(Collected data)
________
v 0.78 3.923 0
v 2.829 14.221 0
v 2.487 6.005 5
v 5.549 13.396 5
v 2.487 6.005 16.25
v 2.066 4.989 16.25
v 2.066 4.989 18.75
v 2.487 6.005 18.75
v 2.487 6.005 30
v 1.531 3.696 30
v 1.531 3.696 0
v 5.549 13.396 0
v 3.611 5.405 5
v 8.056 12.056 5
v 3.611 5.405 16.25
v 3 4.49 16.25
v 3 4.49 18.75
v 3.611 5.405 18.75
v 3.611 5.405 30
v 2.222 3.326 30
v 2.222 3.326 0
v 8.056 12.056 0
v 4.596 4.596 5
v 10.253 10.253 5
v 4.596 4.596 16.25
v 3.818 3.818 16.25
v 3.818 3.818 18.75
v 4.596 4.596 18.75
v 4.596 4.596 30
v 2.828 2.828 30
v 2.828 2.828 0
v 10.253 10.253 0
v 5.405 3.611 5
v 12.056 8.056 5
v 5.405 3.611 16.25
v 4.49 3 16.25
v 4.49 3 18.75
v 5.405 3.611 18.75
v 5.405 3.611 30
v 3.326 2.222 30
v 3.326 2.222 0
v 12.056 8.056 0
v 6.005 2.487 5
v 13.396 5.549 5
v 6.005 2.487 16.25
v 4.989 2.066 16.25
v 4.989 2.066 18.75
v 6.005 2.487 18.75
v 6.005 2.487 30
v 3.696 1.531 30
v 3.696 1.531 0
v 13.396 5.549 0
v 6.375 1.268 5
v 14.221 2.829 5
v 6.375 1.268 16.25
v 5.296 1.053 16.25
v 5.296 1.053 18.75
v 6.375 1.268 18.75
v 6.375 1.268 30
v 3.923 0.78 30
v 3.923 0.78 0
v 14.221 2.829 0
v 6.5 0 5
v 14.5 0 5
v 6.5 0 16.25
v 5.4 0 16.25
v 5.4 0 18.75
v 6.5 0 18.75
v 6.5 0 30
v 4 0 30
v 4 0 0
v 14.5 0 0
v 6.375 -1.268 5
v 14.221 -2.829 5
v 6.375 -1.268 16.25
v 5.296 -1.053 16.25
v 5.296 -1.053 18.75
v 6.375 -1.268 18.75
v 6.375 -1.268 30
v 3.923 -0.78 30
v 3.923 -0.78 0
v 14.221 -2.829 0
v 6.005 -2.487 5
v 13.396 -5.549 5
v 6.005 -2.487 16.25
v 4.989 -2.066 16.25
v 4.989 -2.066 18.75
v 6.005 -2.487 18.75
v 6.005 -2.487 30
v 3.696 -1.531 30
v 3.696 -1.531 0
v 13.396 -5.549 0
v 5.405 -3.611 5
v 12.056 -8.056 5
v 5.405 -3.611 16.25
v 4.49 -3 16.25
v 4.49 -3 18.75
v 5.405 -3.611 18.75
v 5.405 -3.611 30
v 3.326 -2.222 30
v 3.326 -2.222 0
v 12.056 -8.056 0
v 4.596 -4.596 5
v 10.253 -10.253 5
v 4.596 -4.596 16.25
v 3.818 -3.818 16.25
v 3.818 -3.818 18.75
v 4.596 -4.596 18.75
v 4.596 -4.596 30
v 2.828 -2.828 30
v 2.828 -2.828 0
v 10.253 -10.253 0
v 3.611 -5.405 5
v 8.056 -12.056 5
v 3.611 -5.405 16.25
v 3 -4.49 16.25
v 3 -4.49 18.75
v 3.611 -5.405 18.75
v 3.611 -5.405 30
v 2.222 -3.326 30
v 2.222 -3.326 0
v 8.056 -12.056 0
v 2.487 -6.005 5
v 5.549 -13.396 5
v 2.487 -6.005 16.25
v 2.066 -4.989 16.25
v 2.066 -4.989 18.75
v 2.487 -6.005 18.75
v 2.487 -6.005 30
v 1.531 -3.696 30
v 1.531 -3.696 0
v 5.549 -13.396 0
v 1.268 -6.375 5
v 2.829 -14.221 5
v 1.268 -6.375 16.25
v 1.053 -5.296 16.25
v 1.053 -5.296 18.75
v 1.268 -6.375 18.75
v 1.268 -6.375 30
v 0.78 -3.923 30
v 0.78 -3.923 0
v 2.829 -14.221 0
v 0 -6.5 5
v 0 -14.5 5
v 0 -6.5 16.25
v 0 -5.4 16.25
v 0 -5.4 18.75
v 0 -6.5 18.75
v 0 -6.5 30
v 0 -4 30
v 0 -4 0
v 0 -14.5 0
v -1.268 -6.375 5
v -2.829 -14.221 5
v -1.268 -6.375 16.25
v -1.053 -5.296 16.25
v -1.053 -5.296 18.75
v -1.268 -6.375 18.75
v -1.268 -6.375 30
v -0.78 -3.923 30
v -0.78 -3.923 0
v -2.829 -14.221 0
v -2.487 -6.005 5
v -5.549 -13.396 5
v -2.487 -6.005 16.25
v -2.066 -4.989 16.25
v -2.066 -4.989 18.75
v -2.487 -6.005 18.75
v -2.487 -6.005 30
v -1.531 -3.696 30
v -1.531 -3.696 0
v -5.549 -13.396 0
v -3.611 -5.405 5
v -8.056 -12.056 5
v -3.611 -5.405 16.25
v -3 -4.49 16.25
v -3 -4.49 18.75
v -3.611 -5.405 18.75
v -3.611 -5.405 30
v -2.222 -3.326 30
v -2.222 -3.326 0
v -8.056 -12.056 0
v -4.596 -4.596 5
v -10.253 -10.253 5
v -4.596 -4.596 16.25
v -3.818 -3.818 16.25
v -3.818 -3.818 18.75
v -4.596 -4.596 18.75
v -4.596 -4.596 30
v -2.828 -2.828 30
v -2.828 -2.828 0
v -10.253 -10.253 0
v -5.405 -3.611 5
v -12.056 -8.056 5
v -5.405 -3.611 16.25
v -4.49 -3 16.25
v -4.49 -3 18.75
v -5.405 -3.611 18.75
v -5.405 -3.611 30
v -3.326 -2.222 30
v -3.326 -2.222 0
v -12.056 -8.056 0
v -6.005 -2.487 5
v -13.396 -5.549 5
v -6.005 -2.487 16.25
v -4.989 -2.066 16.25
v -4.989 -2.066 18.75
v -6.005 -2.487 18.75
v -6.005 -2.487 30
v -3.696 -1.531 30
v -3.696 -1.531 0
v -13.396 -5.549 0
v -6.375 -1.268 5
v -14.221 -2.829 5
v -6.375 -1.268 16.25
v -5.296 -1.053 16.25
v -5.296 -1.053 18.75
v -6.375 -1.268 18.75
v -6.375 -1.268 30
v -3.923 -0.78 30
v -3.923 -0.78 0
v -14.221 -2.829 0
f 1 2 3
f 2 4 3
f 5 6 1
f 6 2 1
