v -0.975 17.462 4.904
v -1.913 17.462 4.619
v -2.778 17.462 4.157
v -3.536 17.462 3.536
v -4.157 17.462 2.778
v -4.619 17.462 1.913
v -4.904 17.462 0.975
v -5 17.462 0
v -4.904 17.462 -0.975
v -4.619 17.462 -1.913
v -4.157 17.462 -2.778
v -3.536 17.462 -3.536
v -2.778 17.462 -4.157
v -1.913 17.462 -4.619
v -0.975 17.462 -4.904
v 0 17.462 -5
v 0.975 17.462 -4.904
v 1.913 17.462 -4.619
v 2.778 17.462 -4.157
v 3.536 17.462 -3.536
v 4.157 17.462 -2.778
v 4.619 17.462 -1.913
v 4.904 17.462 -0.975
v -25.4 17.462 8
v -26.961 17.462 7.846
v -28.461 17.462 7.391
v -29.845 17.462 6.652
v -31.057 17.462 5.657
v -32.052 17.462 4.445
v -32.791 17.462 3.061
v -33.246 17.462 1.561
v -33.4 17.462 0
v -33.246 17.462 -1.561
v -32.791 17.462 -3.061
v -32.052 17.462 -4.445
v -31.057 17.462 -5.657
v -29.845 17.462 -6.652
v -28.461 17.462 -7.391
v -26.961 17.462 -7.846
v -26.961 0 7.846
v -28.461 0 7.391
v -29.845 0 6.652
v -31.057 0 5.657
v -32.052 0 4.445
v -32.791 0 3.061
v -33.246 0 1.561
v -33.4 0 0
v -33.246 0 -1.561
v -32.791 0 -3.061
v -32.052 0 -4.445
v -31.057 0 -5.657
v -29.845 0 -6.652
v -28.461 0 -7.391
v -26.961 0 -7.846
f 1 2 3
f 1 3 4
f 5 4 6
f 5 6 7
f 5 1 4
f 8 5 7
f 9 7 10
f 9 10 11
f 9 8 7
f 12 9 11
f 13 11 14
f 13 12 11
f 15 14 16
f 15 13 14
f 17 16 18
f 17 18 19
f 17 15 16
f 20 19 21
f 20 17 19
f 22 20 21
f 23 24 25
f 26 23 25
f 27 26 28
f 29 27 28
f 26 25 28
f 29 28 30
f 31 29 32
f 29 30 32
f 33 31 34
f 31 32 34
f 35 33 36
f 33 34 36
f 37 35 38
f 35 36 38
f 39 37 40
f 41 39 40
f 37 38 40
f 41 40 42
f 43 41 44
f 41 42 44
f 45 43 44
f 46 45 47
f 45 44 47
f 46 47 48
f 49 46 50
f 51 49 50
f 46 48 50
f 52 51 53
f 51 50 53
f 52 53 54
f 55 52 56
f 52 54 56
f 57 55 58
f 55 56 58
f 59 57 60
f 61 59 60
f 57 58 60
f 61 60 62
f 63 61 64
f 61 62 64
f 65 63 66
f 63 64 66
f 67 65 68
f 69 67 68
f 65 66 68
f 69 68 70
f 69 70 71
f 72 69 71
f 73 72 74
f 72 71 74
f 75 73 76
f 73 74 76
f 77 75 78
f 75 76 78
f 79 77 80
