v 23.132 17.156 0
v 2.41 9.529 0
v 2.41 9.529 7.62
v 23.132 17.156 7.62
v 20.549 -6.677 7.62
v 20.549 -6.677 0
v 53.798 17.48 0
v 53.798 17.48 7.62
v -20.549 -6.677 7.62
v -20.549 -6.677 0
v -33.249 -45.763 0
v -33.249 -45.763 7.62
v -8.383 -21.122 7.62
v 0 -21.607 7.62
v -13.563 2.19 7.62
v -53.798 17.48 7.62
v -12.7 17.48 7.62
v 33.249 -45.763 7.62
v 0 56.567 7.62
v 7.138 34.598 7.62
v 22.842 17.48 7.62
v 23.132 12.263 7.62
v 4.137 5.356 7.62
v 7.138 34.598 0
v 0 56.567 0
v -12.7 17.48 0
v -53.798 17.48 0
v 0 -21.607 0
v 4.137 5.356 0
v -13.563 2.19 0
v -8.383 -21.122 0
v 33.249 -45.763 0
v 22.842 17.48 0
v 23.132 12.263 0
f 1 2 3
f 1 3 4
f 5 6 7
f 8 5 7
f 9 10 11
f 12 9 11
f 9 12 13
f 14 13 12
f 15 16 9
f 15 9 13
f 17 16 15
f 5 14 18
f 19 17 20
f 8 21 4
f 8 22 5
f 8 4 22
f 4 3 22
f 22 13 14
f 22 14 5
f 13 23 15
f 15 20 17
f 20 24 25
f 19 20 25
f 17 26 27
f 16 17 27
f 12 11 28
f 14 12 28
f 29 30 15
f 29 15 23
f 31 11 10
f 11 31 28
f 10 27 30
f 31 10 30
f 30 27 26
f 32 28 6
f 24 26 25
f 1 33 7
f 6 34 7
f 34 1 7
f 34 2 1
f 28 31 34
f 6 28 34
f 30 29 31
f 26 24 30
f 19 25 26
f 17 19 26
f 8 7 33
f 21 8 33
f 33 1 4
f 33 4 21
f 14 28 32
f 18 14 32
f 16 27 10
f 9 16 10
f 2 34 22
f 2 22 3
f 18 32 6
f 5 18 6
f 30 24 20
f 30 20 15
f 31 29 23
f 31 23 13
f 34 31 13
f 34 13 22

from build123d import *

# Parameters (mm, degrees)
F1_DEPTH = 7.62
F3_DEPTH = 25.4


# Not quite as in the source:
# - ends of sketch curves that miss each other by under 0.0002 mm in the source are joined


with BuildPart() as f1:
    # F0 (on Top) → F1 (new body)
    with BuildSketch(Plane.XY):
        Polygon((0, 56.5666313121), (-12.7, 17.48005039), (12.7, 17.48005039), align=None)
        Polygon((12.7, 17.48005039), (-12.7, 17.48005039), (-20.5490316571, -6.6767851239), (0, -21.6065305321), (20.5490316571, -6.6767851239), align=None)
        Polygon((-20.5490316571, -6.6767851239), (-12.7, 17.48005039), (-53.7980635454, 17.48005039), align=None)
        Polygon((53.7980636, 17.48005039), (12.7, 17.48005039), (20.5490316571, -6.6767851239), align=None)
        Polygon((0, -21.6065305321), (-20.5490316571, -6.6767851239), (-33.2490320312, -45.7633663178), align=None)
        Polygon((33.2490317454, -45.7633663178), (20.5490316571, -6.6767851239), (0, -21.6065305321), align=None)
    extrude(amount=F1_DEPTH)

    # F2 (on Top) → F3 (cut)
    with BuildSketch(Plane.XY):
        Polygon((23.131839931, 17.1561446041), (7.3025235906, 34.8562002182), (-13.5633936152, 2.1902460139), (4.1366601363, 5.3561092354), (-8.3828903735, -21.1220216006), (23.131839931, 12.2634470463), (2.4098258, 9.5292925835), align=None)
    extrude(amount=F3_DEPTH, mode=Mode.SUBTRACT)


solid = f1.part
________
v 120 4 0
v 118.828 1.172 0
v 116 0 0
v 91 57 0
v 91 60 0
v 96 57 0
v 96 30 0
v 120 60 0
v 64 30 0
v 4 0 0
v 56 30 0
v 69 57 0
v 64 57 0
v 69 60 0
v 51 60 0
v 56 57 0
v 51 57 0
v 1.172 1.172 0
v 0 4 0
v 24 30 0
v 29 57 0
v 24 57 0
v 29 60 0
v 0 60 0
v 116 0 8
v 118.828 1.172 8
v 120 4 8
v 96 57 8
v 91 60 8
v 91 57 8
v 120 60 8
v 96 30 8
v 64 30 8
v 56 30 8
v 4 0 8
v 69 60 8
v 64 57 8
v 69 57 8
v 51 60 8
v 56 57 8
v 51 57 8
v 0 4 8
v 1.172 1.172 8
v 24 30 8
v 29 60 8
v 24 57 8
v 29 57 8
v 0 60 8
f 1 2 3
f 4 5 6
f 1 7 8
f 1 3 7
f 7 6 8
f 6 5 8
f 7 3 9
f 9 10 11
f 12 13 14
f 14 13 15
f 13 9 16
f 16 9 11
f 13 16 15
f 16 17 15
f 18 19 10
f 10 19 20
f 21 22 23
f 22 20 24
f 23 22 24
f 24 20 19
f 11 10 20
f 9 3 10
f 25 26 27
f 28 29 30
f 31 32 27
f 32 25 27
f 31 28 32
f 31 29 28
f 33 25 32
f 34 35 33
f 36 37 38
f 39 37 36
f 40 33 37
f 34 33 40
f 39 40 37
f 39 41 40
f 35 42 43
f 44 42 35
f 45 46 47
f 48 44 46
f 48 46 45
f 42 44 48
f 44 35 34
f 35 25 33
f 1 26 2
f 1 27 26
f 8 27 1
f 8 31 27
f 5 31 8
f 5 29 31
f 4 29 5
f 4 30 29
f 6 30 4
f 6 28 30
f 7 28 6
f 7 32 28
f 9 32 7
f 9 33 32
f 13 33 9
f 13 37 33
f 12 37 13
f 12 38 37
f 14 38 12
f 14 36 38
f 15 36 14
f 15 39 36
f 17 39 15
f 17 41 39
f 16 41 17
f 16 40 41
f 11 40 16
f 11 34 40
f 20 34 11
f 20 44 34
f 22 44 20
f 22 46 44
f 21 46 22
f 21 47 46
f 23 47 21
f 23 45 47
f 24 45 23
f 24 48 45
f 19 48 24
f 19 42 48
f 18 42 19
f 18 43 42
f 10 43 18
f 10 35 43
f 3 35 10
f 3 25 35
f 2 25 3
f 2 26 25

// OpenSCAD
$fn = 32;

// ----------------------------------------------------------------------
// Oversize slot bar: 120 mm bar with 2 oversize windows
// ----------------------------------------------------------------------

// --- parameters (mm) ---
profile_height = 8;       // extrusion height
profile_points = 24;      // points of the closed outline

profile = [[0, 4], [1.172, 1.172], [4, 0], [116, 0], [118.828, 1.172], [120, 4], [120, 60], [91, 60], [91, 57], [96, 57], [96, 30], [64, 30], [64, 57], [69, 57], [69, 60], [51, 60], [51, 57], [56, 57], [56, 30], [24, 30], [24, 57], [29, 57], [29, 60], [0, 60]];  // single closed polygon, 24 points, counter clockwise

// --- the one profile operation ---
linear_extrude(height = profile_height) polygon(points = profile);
________
• [AIM OF THE TASK] Copy the stretch of the records above that runs from the line with "v 0.78 3.923 0" through the line with "v 4.49 -3 18.75". Both end lines belong in the copy, and nothing else does.

• [RESULT BELOW]
v 0.78 3.923 0
v 2.829 14.221 0
v 2.487 6.005 5
v 5.549 13.396 5
v 2.487 6.005 16.25
v 2.066 4.989 16.25
v 2.066 4.989 18.75
v 2.487 6.005 18.75
v 2.487 6.005 30
v 1.531 3.696 30
v 1.531 3.696 0
v 5.549 13.396 0
v 3.611 5.405 5
v 8.056 12.056 5
v 3.611 5.405 16.25
v 3 4.49 16.25
v 3 4.49 18.75
v 3.611 5.405 18.75
v 3.611 5.405 30
v 2.222 3.326 30
v 2.222 3.326 0
v 8.056 12.056 0
v 4.596 4.596 5
v 10.253 10.253 5
v 4.596 4.596 16.25
v 3.818 3.818 16.25
v 3.818 3.818 18.75
v 4.596 4.596 18.75
v 4.596 4.596 30
v 2.828 2.828 30
v 2.828 2.828 0
v 10.253 10.253 0
v 5.405 3.611 5
v 12.056 8.056 5
v 5.405 3.611 16.25
v 4.49 3 16.25
v 4.49 3 18.75
v 5.405 3.611 18.75
v 5.405 3.611 30
v 3.326 2.222 30
v 3.326 2.222 0
v 12.056 8.056 0
v 6.005 2.487 5
v 13.396 5.549 5
v 6.005 2.487 16.25
v 4.989 2.066 16.25
v 4.989 2.066 18.75
v 6.005 2.487 18.75
v 6.005 2.487 30
v 3.696 1.531 30
v 3.696 1.531 0
v 13.396 5.549 0
v 6.375 1.268 5
v 14.221 2.829 5
v 6.375 1.268 16.25
v 5.296 1.053 16.25
v 5.296 1.053 18.75
v 6.375 1.268 18.75
v 6.375 1.268 30
v 3.923 0.78 30
v 3.923 0.78 0
v 14.221 2.829 0
v 6.5 0 5
v 14.5 0 5
v 6.5 0 16.25
v 5.4 0 16.25
v 5.4 0 18.75
v 6.5 0 18.75
v 6.5 0 30
v 4 0 30
v 4 0 0
v 14.5 0 0
v 6.375 -1.268 5
v 14.221 -2.829 5
v 6.375 -1.268 16.25
v 5.296 -1.053 16.25
v 5.296 -1.053 18.75
v 6.375 -1.268 18.75
v 6.375 -1.268 30
v 3.923 -0.78 30
v 3.923 -0.78 0
v 14.221 -2.829 0
v 6.005 -2.487 5
v 13.396 -5.549 5
v 6.005 -2.487 16.25
v 4.989 -2.066 16.25
v 4.989 -2.066 18.75
v 6.005 -2.487 18.75
v 6.005 -2.487 30
v 3.696 -1.531 30
v 3.696 -1.531 0
v 13.396 -5.549 0
v 5.405 -3.611 5
v 12.056 -8.056 5
v 5.405 -3.611 16.25
v 4.49 -3 16.25
v 4.49 -3 18.75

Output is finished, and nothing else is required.